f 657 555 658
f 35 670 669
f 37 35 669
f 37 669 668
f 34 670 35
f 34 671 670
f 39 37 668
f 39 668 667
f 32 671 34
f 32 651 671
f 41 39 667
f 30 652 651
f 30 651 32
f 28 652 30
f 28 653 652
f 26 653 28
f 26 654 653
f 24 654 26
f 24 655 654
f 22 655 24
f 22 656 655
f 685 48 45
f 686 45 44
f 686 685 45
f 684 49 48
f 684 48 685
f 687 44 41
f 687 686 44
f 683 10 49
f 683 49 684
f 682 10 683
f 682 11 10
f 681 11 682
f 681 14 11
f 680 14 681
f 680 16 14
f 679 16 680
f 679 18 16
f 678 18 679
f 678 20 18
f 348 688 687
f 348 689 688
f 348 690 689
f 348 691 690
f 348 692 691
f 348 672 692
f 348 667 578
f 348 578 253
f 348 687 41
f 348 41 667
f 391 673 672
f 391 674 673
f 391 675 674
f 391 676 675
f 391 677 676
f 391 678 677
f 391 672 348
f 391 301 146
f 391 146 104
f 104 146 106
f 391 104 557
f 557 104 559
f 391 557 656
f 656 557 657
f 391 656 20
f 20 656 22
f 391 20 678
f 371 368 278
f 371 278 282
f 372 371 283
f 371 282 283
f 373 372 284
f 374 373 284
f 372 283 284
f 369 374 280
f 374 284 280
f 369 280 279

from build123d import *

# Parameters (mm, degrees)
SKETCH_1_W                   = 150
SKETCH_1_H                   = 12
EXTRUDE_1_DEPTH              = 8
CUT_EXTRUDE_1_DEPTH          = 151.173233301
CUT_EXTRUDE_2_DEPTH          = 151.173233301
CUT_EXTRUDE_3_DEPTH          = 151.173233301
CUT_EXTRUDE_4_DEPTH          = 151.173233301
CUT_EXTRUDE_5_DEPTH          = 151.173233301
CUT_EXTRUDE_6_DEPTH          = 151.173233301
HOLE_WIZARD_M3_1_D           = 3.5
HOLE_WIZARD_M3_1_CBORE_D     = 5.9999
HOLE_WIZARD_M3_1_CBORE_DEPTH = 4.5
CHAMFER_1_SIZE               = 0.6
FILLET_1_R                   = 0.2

********

# WHAT IS NEEDED
Give back, unchanged, the line containing "f 391 672 348" and each line that comes after it in the entries above, ending with the last.

# REPLY TO THE TASK
f 391 672 348
f 391 301 146
f 391 146 104
f 104 146 106
f 391 104 557
f 557 104 559
f 391 557 656
f 656 557 657
f 391 656 20
f 20 656 22
f 391 20 678
f 371 368 278
f 371 278 282
f 372 371 283
f 371 282 283
f 373 372 284
f 374 373 284
f 372 283 284
f 369 374 280
f 374 284 280
f 369 280 279

from build123d import *

# Parameters (mm, degrees)
SKETCH_1_W                   = 150
SKETCH_1_H                   = 12
EXTRUDE_1_DEPTH              = 8
CUT_EXTRUDE_1_DEPTH          = 151.173233301
CUT_EXTRUDE_2_DEPTH          = 151.173233301
CUT_EXTRUDE_3_DEPTH          = 151.173233301
CUT_EXTRUDE_4_DEPTH          = 151.173233301
CUT_EXTRUDE_5_DEPTH          = 151.173233301
CUT_EXTRUDE_6_DEPTH          = 151.173233301
HOLE_WIZARD_M3_1_D           = 3.5
HOLE_WIZARD_M3_1_CBORE_D     = 5.9999
HOLE_WIZARD_M3_1_CBORE_DEPTH = 4.5
CHAMFER_1_SIZE               = 0.6
FILLET_1_R                   = 0.2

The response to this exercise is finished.